Re: A new Indo-European subfamily in China
From: | Danny Wier <dawier@...> |
Date: | Sunday, December 3, 2000, 19:41 |
Hey, welcome to the list! Ever heard of Tocharian? That's an IE
language, actually two, that were spoken somewhere in China.
Some IE languages that developed tonality: Panjabi (voiceless-voiced
distinction of stops merged into voiceless, but replaced by high-low
tone), Serbo-Croatian, Swedish. Lithuanian and Classical Greek preserved
the prosodic tones of PIE; the former lost the complex tone so it's just
rising and falling tone.
I'm curious as to how Sino-Tibetan tones developed from Sino-Caucasian,
since North Caucasian languages are usually non-tonal (but much more
complex in consonant phonologies).
DaW.
On Sun, 3 Dec 2000 12:29:08 -0500 E-Ching Ng <e-ching.ng@...>
writes:
> Hi, I'm new to the list. I can't figure out how to search the
> conlang archives without searching all the other archives at the
> same
> time, so apologies in advance if this is something the list has
> discussed before.

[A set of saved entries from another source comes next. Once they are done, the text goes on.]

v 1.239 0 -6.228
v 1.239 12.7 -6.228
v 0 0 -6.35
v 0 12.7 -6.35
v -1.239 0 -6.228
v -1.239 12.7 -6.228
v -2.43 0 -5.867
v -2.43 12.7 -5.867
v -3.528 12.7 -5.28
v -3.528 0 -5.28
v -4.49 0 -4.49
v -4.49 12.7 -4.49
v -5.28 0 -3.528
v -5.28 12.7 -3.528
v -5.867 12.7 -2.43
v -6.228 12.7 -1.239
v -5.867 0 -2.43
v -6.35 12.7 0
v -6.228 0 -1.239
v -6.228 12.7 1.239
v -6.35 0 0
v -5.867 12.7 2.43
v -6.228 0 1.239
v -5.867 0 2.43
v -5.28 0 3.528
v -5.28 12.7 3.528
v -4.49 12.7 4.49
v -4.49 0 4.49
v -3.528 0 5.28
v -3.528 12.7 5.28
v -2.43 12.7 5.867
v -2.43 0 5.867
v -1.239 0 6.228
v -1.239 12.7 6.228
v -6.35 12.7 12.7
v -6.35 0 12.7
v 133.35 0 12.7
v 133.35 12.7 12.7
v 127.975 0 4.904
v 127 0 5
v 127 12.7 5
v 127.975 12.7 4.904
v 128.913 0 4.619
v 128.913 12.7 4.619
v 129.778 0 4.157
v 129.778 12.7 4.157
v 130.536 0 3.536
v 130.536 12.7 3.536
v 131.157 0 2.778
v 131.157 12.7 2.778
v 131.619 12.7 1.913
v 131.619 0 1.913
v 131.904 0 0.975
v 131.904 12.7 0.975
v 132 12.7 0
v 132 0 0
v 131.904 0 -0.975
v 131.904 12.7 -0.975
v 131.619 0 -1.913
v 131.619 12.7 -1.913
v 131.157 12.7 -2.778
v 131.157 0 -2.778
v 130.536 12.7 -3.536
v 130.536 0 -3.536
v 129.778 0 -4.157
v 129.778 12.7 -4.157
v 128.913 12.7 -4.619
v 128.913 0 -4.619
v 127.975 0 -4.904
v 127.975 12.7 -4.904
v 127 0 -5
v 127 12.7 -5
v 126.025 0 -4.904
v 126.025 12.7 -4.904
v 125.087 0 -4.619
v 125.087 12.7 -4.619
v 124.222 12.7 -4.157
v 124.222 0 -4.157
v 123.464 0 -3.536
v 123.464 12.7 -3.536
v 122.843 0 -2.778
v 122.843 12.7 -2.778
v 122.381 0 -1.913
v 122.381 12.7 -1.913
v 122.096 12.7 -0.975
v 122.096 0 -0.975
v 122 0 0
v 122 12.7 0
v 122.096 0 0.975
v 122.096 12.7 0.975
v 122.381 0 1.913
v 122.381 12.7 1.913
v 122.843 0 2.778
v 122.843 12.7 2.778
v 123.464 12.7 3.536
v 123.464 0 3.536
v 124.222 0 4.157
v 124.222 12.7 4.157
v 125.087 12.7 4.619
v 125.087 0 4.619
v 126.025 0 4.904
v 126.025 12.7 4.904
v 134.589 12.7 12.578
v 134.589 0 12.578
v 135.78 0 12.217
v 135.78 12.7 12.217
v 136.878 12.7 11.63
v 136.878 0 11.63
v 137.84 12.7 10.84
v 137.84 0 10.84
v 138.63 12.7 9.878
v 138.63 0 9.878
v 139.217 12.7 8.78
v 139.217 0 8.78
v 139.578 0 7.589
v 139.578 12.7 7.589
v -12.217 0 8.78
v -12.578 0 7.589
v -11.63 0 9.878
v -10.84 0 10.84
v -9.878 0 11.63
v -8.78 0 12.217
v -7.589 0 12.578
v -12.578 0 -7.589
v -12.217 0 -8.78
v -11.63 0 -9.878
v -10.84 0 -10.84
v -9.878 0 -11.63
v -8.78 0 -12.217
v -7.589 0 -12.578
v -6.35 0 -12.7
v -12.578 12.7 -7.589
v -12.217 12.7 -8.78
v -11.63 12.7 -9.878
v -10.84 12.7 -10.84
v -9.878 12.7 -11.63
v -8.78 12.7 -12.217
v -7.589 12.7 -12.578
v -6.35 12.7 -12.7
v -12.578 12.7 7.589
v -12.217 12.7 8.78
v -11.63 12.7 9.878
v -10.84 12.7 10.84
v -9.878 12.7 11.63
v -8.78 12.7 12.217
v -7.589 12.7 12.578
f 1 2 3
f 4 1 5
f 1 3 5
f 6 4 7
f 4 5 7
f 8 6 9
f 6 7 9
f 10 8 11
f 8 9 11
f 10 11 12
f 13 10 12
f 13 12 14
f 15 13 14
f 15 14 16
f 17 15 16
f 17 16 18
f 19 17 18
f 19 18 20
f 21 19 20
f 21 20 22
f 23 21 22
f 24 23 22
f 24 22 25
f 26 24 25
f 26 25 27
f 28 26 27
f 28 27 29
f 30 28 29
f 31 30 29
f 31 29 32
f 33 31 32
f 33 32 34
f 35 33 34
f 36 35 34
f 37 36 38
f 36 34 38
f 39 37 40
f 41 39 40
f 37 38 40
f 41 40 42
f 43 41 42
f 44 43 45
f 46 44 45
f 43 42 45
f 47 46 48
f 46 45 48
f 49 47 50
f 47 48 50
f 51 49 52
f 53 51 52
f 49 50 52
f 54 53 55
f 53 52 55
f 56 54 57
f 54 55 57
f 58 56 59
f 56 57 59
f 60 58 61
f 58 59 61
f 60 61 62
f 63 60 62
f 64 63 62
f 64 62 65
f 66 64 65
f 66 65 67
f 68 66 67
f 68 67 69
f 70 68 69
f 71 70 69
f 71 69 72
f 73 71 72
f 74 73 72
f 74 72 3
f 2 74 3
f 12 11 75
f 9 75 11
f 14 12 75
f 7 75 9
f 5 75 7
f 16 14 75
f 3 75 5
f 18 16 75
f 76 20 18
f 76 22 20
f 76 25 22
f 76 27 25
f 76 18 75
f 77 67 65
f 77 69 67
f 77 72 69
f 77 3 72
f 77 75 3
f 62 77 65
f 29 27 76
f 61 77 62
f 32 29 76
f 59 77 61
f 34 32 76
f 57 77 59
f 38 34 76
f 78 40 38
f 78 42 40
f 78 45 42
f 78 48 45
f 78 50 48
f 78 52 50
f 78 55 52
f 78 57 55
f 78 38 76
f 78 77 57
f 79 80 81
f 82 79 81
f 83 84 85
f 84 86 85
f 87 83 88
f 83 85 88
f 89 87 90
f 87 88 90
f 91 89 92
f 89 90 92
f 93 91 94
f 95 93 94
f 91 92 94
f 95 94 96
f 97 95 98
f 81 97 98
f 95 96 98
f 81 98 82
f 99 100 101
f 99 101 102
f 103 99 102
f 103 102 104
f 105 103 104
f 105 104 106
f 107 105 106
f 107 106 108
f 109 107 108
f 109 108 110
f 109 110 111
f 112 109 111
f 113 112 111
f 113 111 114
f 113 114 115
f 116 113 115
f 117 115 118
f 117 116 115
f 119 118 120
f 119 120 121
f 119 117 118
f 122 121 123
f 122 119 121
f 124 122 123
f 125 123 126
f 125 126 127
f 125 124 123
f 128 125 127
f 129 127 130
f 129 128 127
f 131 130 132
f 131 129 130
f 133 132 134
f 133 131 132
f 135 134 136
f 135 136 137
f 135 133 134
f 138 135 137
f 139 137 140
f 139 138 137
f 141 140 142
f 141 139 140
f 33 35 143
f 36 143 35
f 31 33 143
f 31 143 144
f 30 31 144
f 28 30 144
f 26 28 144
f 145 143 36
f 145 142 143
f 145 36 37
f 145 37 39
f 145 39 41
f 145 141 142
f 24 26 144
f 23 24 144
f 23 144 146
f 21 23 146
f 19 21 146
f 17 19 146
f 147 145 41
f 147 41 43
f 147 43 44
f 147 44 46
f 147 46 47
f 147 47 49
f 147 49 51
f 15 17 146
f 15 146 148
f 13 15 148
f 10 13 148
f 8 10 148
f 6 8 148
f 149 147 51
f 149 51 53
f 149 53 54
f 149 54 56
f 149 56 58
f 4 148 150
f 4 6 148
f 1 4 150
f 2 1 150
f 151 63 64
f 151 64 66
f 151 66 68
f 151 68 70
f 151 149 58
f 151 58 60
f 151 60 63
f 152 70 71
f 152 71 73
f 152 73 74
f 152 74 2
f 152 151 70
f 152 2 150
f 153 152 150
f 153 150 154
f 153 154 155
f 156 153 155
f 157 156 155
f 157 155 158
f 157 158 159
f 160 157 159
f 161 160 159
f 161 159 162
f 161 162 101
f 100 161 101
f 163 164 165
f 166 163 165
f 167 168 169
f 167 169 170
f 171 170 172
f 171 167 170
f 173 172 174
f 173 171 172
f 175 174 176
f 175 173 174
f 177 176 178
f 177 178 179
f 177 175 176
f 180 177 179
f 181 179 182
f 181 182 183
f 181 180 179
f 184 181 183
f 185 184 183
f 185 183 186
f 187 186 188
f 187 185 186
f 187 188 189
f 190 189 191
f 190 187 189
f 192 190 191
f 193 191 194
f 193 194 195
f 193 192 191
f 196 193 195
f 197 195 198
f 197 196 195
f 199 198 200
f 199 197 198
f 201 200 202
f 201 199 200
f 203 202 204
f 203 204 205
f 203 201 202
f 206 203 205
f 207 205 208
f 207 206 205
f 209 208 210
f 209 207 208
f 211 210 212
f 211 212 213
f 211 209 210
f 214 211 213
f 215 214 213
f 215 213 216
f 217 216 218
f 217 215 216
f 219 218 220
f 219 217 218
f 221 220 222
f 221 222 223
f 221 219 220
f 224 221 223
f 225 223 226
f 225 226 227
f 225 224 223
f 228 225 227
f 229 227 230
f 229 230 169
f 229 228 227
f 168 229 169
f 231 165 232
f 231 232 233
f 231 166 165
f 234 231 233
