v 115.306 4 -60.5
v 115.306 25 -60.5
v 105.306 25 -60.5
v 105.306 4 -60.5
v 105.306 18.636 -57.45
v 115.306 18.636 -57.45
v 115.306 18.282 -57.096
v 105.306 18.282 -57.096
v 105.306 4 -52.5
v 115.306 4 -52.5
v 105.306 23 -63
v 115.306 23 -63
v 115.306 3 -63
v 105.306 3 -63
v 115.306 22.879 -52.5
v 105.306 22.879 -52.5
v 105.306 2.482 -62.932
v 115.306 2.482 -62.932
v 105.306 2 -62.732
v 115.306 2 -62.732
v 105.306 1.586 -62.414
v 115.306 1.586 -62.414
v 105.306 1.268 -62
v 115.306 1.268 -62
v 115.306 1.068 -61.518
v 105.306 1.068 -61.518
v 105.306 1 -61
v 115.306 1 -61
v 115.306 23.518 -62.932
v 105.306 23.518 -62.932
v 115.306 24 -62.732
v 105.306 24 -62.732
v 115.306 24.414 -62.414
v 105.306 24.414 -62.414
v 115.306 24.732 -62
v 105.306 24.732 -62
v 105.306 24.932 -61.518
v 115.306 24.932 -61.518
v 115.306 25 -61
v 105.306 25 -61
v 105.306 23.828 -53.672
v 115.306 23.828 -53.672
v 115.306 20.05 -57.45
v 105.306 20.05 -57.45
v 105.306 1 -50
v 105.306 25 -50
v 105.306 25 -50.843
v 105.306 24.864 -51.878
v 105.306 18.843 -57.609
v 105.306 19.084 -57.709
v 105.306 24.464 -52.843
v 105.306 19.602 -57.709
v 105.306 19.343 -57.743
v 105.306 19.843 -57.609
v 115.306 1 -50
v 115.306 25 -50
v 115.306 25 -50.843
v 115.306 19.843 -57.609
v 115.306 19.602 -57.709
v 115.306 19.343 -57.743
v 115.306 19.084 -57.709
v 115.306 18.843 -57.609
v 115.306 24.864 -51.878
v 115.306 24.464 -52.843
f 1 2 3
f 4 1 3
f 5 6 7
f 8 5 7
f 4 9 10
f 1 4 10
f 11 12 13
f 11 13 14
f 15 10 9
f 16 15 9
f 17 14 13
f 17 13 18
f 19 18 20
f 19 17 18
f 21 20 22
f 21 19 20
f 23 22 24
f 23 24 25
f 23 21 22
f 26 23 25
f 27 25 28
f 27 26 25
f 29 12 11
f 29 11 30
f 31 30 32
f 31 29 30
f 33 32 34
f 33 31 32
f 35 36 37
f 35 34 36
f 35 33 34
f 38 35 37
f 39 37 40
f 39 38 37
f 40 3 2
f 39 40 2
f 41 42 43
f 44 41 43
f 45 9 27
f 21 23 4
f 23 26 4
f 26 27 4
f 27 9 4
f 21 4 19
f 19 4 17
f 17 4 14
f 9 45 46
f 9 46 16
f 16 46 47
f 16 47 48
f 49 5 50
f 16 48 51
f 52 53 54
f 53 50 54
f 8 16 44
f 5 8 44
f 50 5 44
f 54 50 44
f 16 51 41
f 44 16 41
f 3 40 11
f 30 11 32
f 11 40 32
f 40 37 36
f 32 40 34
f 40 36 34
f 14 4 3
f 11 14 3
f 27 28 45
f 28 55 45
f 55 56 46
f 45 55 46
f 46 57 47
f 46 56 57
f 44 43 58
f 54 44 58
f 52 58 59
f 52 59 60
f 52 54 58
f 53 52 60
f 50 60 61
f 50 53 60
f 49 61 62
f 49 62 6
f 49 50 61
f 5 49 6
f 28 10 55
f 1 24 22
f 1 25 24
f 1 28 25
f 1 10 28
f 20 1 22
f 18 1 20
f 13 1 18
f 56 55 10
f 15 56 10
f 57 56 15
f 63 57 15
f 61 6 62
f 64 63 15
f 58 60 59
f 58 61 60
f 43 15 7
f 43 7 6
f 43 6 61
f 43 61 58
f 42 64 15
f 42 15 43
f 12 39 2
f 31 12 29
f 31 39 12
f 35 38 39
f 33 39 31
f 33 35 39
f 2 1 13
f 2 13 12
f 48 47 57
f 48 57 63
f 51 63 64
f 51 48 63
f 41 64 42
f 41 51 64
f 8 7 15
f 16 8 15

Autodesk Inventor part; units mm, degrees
ref_plane "YZ Plane" through (0, 0, 0) normal (1, 0, 0) x (0, 1, 0)
ref_plane "XZ Plane" through (0, 0, 0) normal (0, 1, 0) x (-1, 0, 0)
ref_plane "XY Plane" through (0, 0, 0) normal (0, 0, 1) x (1, 0, 0)
ref_plane "Work Plane1" through (150, 0, -50) normal (0, 0, -1) x (-1, 0, 0)
sketch "Sketch1" plane through (150, 0, -50) normal (0, 0, -1) x (-1, 0, 0)
  line L0 (-107, 15) -> (222, 15)
  line L1 (44.694, 5) -> (34.694, 5)
  line L2 (34.694, 5) -> (34.694, 25)
  line L3 (34.694, 25) -> (44.694, 25)
  line L4 (44.694, 25) -> (44.694, 5)
  line L5 (44.694, 5) -> (34.694, 25) construction
  line L6 (34.694, 5) -> (44.694, 25) construction
  line L7 (34.694, 5) -> (44.694, 5)
  line L8 (44.694, 5) -> (44.694, 1)
  line L9 (44.694, 1) -> (34.694, 1)
  line L10 (34.694, 1) -> (34.694, 5)
  point P0 (150, 0)
  point P1 (39.694, 15)
  dimension "d0" = 20
  dimension "d1" = 10
  dimension "d2" = 177.306
  dimension "d3" = 4
extrude "Extrusion1" add sketch "Sketch1" along normal blind 2.5
sketch "Sketch2" plane through (150, 0, -52.5) normal (0, 0, -1) x (-1, 0, 0)
  line L0 (34.694, 25) -> (34.694, 1) projected
  line L1 (34.694, 1) -> (44.694, 1) projected
  line L2 (44.694, 1) -> (44.694, 25) projected
  line L3 (44.694, 25) -> (34.694, 25) projected
  line L4 (34.694, 1) -> (44.694, 1)
  line L5 (44.694, 1) -> (44.694, 4)
  line L6 (44.694, 4) -> (34.694, 4)
  line L7 (34.694, 4) -> (34.694, 1)
  point P0 (150, 0)
  dimension "d6" = 3
extrude "Extrusion2" add sketch "Sketch2" along normal blind 8 contours L6 L2 L1 L0
sketch "Sketch3" plane through (150, 0, -60.5) normal (0, 0, -1) x (-1, 0, 0)
  line L0 (34.694, 4) -> (34.694, 1) projected
  line L1 (34.694, 1) -> (44.694, 1) projected
  line L2 (44.694, 1) -> (44.694, 4) projected
  line L3 (44.694, 4) -> (34.694, 4) projected
  line L4 (-107, 15) -> (222, 15)
  line L5 (34.694, 4) -> (44.694, 4) projected
  line L6 (44.694, 4) -> (44.694, 25) projected
  line L7 (44.694, 25) -> (34.694, 25) projected
  line L8 (34.694, 25) -> (34.694, 4) projected
  line L9 (34.694, 25) -> (44.694, 25)
  line L10 (44.694, 25) -> (44.694, 1)
  line L11 (44.694, 1) -> (34.694, 1)
  line L12 (34.694, 1) -> (34.694, 25)
  point P0 (150, 0)
extrude "Extrusion3" add sketch "Sketch3" along normal blind 2.5
sketch "Sketch4" plane through (115.306, 1, -50) normal (1, 0, 0) x (0, 0, -1)
  line L0 (2.5, 3) -> (2.5, 24) projected
  line L1 (2.5, 24) -> (8.1569, 18.3431)
  line L2 (2.5, 24) -> (10.5, 24) construction
  line L3 (8.1569, 18.3431) -> (7.0962, 17.2825)
  line L4 (7.0962, 17.2825) -> (2.5, 21.8787)
  point P0 (-50, -1)
  dimension "d11" = 8
  dimension "d12" = 45
  dimension "d13" = 1.5
extrude "Extrusion4" add sketch "Sketch4" against normal up to surface (10 mm away)
fillet "Fillet1" radius 2 2 edges at (110.306, 25, -63) (110.306, 1, -63)
fillet "Fillet2" radius 4 1 edges at (110.306, 25, -52.5)
fillet "Fillet3" radius 1 1 edges at (110.306, 19.3431, -58.1569)
properties part number "cable-clip_3DPrint"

I'm inventing a new Indo-European subfamily for
> a
> class project, and I'm going to have them migrate to China and
> become
> a latter-day minority group. At some point I'll sketch out some of
> their
> syntax so I can write a tiny text in the language, but phonology
> and
> some morphology are what I really have to nail down for this
> project.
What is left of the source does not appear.